Вера от неожиданности прыснула, едва успев прикрыть рот рукой.
— Опять? Да зачем это тебе, Каин?
— Затем, что вместе мы сможем намного больше, чем каждый из нас в отдельности.
— Пожалуй, да… Вот только жениться нам, право же, ни к чему. Женщине моих лет общество дозволяет спокойно числиться старой девой. Это вот Андрею придется вскоре вступить в брак с какой-нибудь приличной девицей, и я уже представляю, сколько хлопот будет со свадьбой… Давай жить так, Каин.
— Я-то не имею ничего против! — Михайлов явственно повеселел. — Мне ты нужна, а часовое топтание вокруг аналоя под поповские завывания я с удовольствием пропущу. Но разве внебрачное сожительство сочетается с курсом на духовность, нравственность и возрождение традиции?
— Высшие классы могут позволить себе пренебрегать правилами, которые насаждаются для простонародья, и это тоже своего рода часть традиции…
На подносе стояла серебряная вазочка с курабье, лоснящимся от масла, и заранее наколотый сахар — так, видимо, искусствоведы представляли себе роскошное угощение.
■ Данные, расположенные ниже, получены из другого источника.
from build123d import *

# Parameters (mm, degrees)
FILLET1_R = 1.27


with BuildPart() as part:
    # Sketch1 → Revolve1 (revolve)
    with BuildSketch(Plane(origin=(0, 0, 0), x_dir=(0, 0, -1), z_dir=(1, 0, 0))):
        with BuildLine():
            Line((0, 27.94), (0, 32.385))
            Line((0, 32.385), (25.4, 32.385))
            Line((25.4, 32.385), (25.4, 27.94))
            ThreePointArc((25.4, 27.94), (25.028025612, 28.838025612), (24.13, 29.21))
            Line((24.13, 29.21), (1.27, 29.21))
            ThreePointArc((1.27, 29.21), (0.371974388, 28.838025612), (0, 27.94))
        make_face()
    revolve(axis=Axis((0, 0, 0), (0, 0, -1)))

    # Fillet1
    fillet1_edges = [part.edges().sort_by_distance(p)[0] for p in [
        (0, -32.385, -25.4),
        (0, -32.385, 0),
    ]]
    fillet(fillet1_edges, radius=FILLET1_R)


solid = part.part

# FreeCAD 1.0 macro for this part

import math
import FreeCAD as App
import Part
import Sketcher

V = App.Vector
Q = App.Units.Quantity


def edges_at(feature, points):
    """Names of the edges that pass closest to the given points."""
    edges = feature.Shape.Edges
    near = lambda p: min(range(len(edges)), key=lambda i: edges[i].distToShape(Part.Vertex(*p))[0])
    return sorted({f"Edge{near(p) + 1}" for p in points})

doc = App.newDocument("Part")
body = doc.addObject("PartDesign::Body", "Body")

sketch1 = body.newObject("Sketcher::SketchObject", "Sketch")
sketch1.AttachmentSupport = (doc.getObject("YZ_Plane"), [""])
sketch1.MapMode = "FlatFace"
sketch1.addGeometry(Part.LineSegment(V(32.4, 0, 0), V(27.9, 0, 0)), False)
sketch1.addGeometry(Part.ArcOfCircle(Part.Circle(V(27.9, -1.3, 0), V(0, 0, 1), 1.3), math.radians(0), math.radians(90)), False)
sketch1.addGeometry(Part.LineSegment(V(29.2, -1.3, 0), V(29.2, -24.1, 0)), False)
sketch1.addGeometry(Part.ArcOfCircle(Part.Circle(V(27.9, -24.1, 0), V(0, 0, 1), 1.3), math.radians(-90), math.radians(0)), False)
sketch1.addGeometry(Part.LineSegment(V(27.9, -25.4, 0), V(32.4, -25.4, 0)), False)
sketch1.addGeometry(Part.LineSegment(V(32.4, -25.4, 0), V(32.4, 0, 0)), False)
sketch1.addConstraint(Sketcher.Constraint("Tangent", 0, 2, 1, 2))
sketch1.addConstraint(Sketcher.Constraint("Tangent", 1, 1, 2, 1))
sketch1.addConstraint(Sketcher.Constraint("Tangent", 2, 2, 3, 2))
sketch1.addConstraint(Sketcher.Constraint("Tangent", 3, 1, 4, 1))
sketch1.addConstraint(Sketcher.Constraint("Coincident", 4, 2, 5, 1))
sketch1.addConstraint(Sketcher.Constraint("Coincident", 5, 2, 0, 1))
sketch1.addConstraint(Sketcher.Constraint("Horizontal", 0))
sketch1.addConstraint(Sketcher.Constraint("Vertical", 2))
sketch1.addConstraint(Sketcher.Constraint("Horizontal", 4))
sketch1.addConstraint(Sketcher.Constraint("Vertical", 5))
sketch1.addConstraint(Sketcher.Constraint("Equal", 1, 3))
sketch1.addConstraint(Sketcher.Constraint("PointOnObject", 0, 2, -1))
sketch1.addConstraint(Sketcher.Constraint("DistanceY", 5, 1, 5, 2, Q("1 in")))
sketch1.addConstraint(Sketcher.Constraint("Radius", 1, Q("0.05 in")))
sketch1.addConstraint(Sketcher.Constraint("DistanceX", -1, 1, 1, 3, Q("1.1 in")))
sketch1.addConstraint(Sketcher.Constraint("DistanceX", 0, 2, 0, 1, Q("0.175 in")))
revolution = body.newObject("PartDesign::Revolution", "Revolution")
revolution.Profile = sketch1
revolution.ReferenceAxis = (sketch1, ["V_Axis"])
revolution.Angle = 360
doc.recompute()

fillet = body.newObject("PartDesign::Fillet", "Fillet")
fillet.Base = (revolution, edges_at(revolution, [(0, -32.385, -25.4), (0, -32.385, 0)]))
fillet.Radius = Q("0.05 in")

doc.recompute()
Зато чай был подан в тончайшей работы фарфоровом сервизе, украшенном египетскими пейзажами. Сам напиток оказался самым дешевым, из тех, что продают на развес.
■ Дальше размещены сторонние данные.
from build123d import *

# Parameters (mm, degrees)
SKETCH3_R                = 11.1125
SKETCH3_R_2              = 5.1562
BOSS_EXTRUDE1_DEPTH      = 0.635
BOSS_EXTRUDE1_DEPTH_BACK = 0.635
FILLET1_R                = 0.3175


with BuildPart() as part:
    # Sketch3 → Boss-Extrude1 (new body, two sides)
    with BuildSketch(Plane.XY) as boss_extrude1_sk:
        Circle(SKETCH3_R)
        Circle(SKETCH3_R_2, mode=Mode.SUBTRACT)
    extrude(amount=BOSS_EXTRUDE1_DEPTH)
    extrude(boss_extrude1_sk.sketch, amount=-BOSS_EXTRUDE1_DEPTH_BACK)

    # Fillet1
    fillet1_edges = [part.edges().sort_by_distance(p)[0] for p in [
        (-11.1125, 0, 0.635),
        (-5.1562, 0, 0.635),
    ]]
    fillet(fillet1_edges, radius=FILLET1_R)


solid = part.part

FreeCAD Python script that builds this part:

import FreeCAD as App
import Part
import Sketcher

V = App.Vector
Q = App.Units.Quantity


def edges_at(feature, points):
    """Names of the edges that pass closest to the given points."""
    edges = feature.Shape.Edges
    near = lambda p: min(range(len(edges)), key=lambda i: edges[i].distToShape(Part.Vertex(*p))[0])
    return sorted({f"Edge{near(p) + 1}" for p in points})

doc = App.newDocument("Part")
body = doc.addObject("PartDesign::Body", "Body")

# Sketch on XY plane
sketch1 = body.newObject("Sketcher::SketchObject", "Sketch")
sketch1.AttachmentSupport = (doc.getObject("XY_Plane"), [""])
sketch1.MapMode = "FlatFace"
sketch1.addGeometry(Part.Circle(V(0, 0, 0), V(0, 0, 1), 11.1125), False)
sketch1.addGeometry(Part.Circle(V(0, 0, 0), V(0, 0, 1), 5.1562), False)
sketch1.addConstraint(Sketcher.Constraint("Coincident", 0, 3, -1, 1))
sketch1.addConstraint(Sketcher.Constraint("Coincident", 1, 3, -1, 1))
sketch1.addConstraint(Sketcher.Constraint("Diameter", 0, Q("0.875 in")))
sketch1.addConstraint(Sketcher.Constraint("Diameter", 1, Q("0.406 in")))
pad1 = body.newObject("PartDesign::Pad", "Pad")
pad1.Profile = sketch1
pad1.Type = "TwoLengths"
pad1.Length = Q("0.025 in")
pad1.Length2 = Q("0.025 in")
doc.recompute()

fillet = body.newObject("PartDesign::Fillet", "Fillet")
fillet.Base = (pad1, edges_at(pad1, [(-11.113, 0, 0.635), (-5.156, 0, 0.635)]))
fillet.Radius = Q("0.0125 in")

doc.recompute()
— Ты можешь ехать ко мне прямо с вокзала, — сказал Михайлов. — Отправь шофера за вещами и занимай любые комнаты. Обстановка у меня дрянь, смело меняй ее на свой вкус. Прислугу гони в шею, если придется не по нраву. Чувствуй себя хозяйкой. Любые расходы записывай на мой счет.
— К чему такая спешка?
— К тому, что проекты законодательных инициатив Новой Общественной Политики нужно вычитывать уже сейчас. План мероприятий первой очереди и наполовину не готов, а без него мы не можем перейти к главному — к составлению предварительной сметы. Деньги решают почти всё, Верочка. Хотя… покуда у нас нет видных мятежников, согласных участвовать в этом прожекте, не помогут никакие деньги. Я изучил твой список. Увы, те, кого удалось завербовать, никакого авторитета в революционном движении не имеют. С тем же успехом мы могли бы взять любого матроса или рабочего с улицы.
— Погоди отчаиваться, — улыбнулась Вера, поднося к губам чашечку. — У меня есть чудесная кандидатура. Комиссар Александра Гинзбург.
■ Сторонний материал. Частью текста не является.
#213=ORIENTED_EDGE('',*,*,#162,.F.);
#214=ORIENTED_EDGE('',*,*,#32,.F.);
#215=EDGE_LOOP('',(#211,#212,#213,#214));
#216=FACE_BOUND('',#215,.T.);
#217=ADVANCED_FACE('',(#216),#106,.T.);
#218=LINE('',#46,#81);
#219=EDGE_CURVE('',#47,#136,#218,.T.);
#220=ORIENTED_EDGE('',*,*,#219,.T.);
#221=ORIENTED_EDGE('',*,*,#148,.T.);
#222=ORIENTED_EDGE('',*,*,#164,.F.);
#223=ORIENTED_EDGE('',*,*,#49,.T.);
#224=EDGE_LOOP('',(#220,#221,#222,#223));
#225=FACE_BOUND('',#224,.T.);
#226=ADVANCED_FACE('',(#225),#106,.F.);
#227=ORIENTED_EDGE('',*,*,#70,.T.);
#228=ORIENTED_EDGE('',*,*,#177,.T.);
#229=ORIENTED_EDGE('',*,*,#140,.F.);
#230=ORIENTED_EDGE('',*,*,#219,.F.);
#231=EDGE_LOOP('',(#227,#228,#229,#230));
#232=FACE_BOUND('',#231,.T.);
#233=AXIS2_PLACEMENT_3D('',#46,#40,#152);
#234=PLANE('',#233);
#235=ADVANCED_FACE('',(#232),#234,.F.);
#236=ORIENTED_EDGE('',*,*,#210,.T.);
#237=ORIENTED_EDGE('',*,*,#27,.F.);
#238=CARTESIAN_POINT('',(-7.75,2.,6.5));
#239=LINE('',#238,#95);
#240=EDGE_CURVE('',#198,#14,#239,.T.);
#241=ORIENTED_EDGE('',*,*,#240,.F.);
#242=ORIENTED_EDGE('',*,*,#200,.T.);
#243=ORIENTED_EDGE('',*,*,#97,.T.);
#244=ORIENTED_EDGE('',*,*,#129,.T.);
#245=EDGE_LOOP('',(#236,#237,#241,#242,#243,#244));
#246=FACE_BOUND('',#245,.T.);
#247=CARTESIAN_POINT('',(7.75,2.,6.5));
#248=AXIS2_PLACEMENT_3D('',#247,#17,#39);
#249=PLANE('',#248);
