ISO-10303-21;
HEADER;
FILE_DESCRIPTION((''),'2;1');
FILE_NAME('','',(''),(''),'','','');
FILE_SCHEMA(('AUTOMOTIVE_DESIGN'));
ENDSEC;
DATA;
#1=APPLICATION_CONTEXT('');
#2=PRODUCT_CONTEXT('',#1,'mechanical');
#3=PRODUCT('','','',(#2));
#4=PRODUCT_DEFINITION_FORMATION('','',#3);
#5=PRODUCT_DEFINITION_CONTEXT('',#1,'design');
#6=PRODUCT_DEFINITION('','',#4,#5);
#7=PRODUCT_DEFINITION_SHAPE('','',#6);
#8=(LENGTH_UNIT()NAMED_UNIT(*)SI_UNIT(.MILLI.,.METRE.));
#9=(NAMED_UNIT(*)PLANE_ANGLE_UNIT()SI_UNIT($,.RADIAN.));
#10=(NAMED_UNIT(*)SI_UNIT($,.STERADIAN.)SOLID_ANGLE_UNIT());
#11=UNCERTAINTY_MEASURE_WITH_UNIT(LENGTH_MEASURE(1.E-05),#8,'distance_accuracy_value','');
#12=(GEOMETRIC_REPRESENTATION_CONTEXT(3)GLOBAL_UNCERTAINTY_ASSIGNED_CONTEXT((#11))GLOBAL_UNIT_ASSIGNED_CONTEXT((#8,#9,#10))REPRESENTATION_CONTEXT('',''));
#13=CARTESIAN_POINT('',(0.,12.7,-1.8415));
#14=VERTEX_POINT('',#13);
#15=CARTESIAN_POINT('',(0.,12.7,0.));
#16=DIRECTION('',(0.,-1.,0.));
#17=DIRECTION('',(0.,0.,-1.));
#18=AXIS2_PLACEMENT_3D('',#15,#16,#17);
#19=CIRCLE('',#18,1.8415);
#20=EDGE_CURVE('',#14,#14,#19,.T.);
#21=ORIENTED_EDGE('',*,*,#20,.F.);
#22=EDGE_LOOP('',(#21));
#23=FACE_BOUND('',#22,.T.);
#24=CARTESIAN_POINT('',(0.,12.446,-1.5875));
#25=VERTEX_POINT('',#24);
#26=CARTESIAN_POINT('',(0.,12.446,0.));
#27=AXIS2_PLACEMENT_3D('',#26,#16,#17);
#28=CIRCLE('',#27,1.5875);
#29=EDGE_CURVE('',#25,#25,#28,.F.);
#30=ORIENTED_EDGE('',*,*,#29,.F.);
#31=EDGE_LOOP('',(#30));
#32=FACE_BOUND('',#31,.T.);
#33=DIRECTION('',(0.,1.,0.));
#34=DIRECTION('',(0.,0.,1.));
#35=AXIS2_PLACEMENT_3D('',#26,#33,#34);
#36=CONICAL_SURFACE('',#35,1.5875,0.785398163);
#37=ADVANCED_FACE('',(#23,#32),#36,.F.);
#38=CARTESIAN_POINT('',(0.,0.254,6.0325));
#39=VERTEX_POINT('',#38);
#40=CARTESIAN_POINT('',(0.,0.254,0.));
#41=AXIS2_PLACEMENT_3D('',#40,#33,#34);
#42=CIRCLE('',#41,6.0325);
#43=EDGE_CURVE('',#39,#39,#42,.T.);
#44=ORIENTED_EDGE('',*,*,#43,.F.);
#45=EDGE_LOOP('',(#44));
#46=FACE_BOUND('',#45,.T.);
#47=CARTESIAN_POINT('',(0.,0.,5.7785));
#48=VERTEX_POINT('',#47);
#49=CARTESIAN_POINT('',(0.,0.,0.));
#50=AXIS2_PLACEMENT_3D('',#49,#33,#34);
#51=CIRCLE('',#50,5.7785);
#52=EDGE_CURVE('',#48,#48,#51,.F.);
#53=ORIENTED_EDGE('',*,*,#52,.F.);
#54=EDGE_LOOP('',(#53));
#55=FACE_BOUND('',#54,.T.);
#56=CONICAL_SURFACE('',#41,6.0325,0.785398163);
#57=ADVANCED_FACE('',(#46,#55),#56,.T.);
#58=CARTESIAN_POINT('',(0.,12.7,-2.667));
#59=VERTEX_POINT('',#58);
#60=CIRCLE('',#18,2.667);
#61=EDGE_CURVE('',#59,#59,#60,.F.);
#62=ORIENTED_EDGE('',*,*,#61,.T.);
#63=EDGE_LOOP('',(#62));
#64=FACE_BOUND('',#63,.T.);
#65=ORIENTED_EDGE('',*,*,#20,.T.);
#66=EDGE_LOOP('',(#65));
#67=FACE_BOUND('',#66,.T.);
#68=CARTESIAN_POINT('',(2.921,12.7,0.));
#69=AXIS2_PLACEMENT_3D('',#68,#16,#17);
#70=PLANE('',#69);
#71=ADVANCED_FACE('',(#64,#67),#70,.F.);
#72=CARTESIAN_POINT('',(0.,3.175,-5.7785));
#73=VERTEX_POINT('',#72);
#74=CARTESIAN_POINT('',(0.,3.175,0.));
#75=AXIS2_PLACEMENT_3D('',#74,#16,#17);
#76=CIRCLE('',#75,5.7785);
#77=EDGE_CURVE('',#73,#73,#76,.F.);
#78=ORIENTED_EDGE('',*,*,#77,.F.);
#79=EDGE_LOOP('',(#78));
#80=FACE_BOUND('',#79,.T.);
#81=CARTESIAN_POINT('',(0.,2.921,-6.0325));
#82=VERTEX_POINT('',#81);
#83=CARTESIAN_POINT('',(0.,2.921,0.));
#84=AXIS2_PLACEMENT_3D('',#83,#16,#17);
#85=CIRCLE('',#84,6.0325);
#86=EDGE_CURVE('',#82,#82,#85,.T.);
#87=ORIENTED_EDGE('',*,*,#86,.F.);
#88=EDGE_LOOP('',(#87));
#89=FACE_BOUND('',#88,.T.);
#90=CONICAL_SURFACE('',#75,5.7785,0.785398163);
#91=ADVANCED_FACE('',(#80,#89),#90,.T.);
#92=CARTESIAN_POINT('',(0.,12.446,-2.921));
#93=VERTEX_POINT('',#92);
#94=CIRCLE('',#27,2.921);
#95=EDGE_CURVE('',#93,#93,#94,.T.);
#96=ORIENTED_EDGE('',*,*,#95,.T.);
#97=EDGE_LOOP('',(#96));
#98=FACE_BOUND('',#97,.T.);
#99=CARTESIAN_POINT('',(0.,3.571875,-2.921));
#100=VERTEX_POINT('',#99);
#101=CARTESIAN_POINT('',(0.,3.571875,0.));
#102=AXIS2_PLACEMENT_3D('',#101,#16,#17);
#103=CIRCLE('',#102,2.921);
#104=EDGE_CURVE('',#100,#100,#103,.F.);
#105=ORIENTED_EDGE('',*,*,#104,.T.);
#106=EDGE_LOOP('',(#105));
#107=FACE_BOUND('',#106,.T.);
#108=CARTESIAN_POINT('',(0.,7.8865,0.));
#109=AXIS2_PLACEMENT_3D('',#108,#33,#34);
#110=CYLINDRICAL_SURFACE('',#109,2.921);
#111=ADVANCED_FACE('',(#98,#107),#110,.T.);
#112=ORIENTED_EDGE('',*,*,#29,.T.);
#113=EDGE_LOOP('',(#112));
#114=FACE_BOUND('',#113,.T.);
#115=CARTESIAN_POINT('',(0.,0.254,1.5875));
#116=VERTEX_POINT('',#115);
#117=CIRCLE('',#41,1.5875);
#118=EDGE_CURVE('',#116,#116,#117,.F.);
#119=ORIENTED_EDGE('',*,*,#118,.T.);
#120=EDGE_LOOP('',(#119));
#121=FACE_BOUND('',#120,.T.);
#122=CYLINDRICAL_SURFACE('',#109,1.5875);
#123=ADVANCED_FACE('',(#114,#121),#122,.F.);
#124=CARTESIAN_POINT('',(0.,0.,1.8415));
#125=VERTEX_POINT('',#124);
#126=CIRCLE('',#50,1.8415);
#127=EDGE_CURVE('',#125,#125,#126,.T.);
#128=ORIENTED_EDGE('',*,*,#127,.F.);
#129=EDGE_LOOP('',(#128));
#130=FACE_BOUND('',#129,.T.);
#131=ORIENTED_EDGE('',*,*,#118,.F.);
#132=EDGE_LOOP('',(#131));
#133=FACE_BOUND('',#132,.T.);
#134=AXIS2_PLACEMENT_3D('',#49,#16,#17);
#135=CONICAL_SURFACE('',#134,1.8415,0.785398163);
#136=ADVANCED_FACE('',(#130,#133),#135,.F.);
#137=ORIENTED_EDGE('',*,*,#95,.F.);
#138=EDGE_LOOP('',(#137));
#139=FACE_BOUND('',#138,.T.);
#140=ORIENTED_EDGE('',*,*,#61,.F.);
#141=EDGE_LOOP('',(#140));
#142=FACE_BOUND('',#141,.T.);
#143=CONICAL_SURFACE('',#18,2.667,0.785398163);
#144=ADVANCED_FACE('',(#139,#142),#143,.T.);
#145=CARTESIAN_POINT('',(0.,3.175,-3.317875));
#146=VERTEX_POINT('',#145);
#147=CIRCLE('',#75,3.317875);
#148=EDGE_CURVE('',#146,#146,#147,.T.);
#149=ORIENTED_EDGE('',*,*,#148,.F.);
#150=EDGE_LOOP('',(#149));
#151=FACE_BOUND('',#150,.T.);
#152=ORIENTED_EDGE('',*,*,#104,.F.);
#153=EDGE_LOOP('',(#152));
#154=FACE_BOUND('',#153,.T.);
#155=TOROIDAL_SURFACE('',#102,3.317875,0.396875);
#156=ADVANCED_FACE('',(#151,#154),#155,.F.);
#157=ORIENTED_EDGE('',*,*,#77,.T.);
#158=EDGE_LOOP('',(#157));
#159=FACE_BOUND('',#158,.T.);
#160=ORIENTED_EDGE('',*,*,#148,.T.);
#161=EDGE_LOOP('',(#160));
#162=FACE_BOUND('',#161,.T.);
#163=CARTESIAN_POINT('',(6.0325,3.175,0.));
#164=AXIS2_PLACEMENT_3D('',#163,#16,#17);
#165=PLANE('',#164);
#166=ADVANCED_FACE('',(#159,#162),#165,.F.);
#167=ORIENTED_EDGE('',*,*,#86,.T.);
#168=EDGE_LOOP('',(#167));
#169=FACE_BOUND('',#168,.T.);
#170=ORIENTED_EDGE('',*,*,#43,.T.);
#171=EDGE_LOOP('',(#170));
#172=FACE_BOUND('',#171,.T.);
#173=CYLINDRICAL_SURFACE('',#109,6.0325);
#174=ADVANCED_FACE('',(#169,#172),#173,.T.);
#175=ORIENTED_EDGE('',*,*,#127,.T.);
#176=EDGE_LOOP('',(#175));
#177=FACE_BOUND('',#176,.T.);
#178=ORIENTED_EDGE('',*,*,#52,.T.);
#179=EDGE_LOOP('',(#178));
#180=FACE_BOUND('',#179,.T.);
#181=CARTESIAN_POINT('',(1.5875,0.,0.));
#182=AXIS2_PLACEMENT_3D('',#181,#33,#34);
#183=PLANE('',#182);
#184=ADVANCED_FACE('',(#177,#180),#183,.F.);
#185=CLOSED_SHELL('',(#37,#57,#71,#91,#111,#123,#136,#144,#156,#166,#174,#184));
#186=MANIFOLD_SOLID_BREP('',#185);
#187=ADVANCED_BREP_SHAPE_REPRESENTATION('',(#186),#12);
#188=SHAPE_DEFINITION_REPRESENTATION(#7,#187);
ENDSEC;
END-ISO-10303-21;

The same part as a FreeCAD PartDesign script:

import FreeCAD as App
import Part
import Sketcher
from FreeCAD import Vector
Q = App.Units.Quantity


def edges_at(feature, points):
    """Names of the edges that pass closest to the given points."""
    edges = feature.Shape.Edges
    near = lambda p: min(range(len(edges)), key=lambda i: edges[i].distToShape(Part.Vertex(*p))[0])
    return sorted({f"Edge{near(p) + 1}" for p in points})

doc = App.newDocument("Part")
body = doc.addObject("PartDesign::Body", "Body")

sketch1 = body.newObject("Sketcher::SketchObject", "Sketch")
sketch1.AttachmentSupport = (doc.getObject("XY_Plane"), [""])
sketch1.MapMode = "FlatFace"
sketch1.addGeometry([
    Part.LineSegment(Vector(1.6, 0, 0), Vector(6, 0, 0)),
    Part.LineSegment(Vector(6, 0, 0), Vector(6, 3.2, 0)),
    Part.LineSegment(Vector(6, 3.2, 0), Vector(2.9, 3.2, 0)),
    Part.LineSegment(Vector(2.9, 3.2, 0), Vector(2.9, 12.7, 0)),
    Part.LineSegment(Vector(2.9, 12.7, 0), Vector(1.6, 12.7, 0)),
    Part.LineSegment(Vector(1.6, 12.7, 0), Vector(1.6, 0, 0)),
], False)
sketch1.addConstraint([
    Sketcher.Constraint("Coincident", 0, 2, 1, 1),
    Sketcher.Constraint("Coincident", 1, 2, 2, 1),
    Sketcher.Constraint("Coincident", 2, 2, 3, 1),
    Sketcher.Constraint("Coincident", 3, 2, 4, 1),
    Sketcher.Constraint("Coincident", 4, 2, 5, 1),
    Sketcher.Constraint("Coincident", 5, 2, 0, 1),
    Sketcher.Constraint("Horizontal", 0),
    Sketcher.Constraint("Vertical", 1),
    Sketcher.Constraint("Horizontal", 2),
    Sketcher.Constraint("Vertical", 3),
    Sketcher.Constraint("Horizontal", 4),
    Sketcher.Constraint("Vertical", 5),
    Sketcher.Constraint("PointOnObject", 0, 2, -1),
    Sketcher.Constraint("DistanceY", 5, 2, 5, 1, Q("0.5 in")),
    Sketcher.Constraint("DistanceX", 0, 1, 0, 2, Q("0.175 in")),
    Sketcher.Constraint("DistanceY", 1, 1, 1, 2, Q("0.125 in")),
    Sketcher.Constraint("DistanceX", 2, 2, 2, 1, Q("0.1225 in")),
    Sketcher.Constraint("DistanceX", -1, 1, 2, 2, Q("0.115 in")),
])
revolution = body.newObject("PartDesign::Revolution", "Revolution")
revolution.Profile = sketch1
revolution.ReferenceAxis = (sketch1, ["V_Axis"])
revolution.Angle = 360
doc.recompute()

fillet = body.newObject("PartDesign::Fillet", "Fillet")
fillet.Base = (revolution, edges_at(revolution, [(-2.921, 3.175, 0)]))
fillet.Radius = Q("0.015625 in")
doc.recompute()

chamfer = body.newObject("PartDesign::Chamfer", "Chamfer")
chamfer.Base = (fillet, edges_at(fillet, [
    (-1.587, 12.7, 0),
    (-2.921, 12.7, 0),
    (-6.032, 3.175, 0),
    (-6.032, 0, 0),
    (-1.587, 0, 0),
]))
chamfer.Size = Q("0.01 in")

doc.recompute()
— Припоминаю… Не бог весть что, но все же не так безнадежно, как другие из твоего списка. Она довольно популярна среди революционной интеллигенции. В народе, правда, к ней относятся настороженно — баба, еврейка с сомнительными связями… И все же — комиссар самого Князева, вот уж кто был люб народным массам. Мертвый он даже опаснее, чем был живой. Мертвые не способны ни на ошибки, ни на предательство… чего не скажешь о живых. Кстати, а почему эта Гинзбург до сих пор комиссар? Комиссар чего, собственно? Советского правительства уже полгода как нет.
— Должно быть, просто пользуется названием прежней должности. Им на Тамбовщине недосуг пересматривать штатное расписание, надо полагать. Но это все значения не имеет. Она станет первым комиссаром Нового порядка.
— Да станет ли? Она уже согласна сотрудничать? Ее ведь однажды уже пытались перевербовать безо всякого успеха.
Вера допила отдающий веником чай.
— Это было полгода назад. С тех пор многое изменилось и в нас, и в них. Все сыты гражданской войной по горло. Александра согласится стать нашим комиссаром, когда поймет, что ждет нас всех. Я дала ей изучить документы, которые ты мне присылаешь.
Михайлов поперхнулся остывшим чаем.
— Ты… ты не перестаешь меня изумлять, Верочка. Эти материалы даже для ОГП формально засекречены, а ты дала их красному комиссару? Но ты ведь понимаешь, что при малейших сомнениях…
Он провел ребром ладони по горлу.
— Вам всем лишь бы убивать, — грустно сказала Вера. — Убить человека в наши времена — как папиросу выкурить. А вот ты попробуй превратить человека в своего искреннего союзника, в друга…
— Однажды ты уже пыталась преобразовать природу людей, — тихо ответил Михайлов. — Но создала вместо этого идеальную процедуру допроса. И несколько сотен, уже, верно, тысяч людей с разумом растений. Иронично, не правда ли?
— Нам многое предстоит исправить, — сказала Вера Щербатова. — Иначе гражданская война никогда не закончится.